Perhaps if anyone is interested, I'll do a blog post within the next few
months explaining what opportunities I chose to pursue and why.

------
JabavuAdams
Invest in New-Space, or "Space 2.0". There's a private space travel revolution
happening in Mojave, and Texas.

Look up:

XCOR Aerospace

Scaled Composites

Armadillo Aerospace

Masten Space Systems

Unreasonable Rocket

Blue Origin

SpaceX

Check out the arocket-list mailing list for detailed engineering discussions
on amateur rocketry, including comments by some of the people involved in the
companies I mentioned.

It's not clear who the winners will be here, but some of them will be billion
dollar companies.

------
ivankirigin
<http://www.secondmarket.com> for private company stock that you expect to go
public within a year or two. I haven't tried it.

------
samd
Find somebody who wants to start a company in the hardware business.
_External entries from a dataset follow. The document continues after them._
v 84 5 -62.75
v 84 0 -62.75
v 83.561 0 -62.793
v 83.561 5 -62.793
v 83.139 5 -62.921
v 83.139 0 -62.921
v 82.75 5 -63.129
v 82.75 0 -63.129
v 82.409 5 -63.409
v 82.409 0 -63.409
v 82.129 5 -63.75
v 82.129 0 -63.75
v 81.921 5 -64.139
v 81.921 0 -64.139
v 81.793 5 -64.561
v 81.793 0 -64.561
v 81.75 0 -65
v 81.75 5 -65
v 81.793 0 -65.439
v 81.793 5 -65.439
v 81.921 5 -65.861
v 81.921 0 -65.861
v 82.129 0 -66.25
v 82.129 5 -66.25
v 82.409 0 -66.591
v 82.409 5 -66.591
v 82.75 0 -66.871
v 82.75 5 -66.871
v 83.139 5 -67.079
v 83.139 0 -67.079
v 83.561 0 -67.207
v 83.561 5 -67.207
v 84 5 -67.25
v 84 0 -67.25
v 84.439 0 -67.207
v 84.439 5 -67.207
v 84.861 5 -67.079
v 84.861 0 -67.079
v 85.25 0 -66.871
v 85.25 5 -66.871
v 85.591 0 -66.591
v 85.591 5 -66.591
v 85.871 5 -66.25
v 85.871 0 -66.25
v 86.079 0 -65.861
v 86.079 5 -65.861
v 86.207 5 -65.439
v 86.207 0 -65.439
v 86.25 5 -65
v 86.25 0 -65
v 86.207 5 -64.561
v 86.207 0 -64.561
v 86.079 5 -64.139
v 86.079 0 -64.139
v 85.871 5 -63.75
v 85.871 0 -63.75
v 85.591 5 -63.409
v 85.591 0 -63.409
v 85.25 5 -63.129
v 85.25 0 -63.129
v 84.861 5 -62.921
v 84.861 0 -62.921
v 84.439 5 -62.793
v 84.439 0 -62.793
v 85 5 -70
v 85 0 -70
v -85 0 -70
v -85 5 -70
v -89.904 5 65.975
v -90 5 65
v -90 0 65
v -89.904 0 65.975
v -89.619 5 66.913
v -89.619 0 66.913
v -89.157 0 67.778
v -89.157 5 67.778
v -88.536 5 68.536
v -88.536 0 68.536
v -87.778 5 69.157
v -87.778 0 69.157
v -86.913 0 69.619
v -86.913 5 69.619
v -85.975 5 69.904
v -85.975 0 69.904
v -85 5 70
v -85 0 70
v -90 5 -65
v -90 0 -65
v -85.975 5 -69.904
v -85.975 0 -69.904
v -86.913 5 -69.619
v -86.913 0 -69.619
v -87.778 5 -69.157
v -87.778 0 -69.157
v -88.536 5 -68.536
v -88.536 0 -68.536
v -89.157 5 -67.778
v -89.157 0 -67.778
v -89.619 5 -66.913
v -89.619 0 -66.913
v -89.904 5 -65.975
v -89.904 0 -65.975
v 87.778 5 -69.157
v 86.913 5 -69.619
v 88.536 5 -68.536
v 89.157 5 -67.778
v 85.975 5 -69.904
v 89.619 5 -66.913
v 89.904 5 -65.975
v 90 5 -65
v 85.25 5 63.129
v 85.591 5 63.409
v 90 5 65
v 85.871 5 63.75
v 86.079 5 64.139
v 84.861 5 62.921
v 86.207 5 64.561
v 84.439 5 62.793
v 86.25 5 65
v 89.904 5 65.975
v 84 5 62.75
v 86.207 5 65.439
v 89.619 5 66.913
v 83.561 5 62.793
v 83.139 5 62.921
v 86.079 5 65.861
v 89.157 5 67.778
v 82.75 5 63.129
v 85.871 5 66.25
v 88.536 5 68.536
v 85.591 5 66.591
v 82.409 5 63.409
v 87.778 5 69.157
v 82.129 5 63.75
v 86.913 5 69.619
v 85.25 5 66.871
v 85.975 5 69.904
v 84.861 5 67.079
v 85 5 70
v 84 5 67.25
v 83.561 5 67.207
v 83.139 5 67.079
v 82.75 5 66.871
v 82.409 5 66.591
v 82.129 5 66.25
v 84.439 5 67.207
They
don't have the luxury of building something for free and $50k might be enough
to get a prototype.

------
HockeyPlayer
For #1, are you looking for a 1 in 10 chance of a 5x return, or a 1 in 100
chance of a 50x return?

For #2, if you don't want to spend the serious time and money (because you
will lose some money while learning) becoming a angel investor, consider
investing in a fund that does angel size investing. David Cohen of TechStars
runs a small fund that does seed stage investing, and I'm sure you can find
others as that is a hot area.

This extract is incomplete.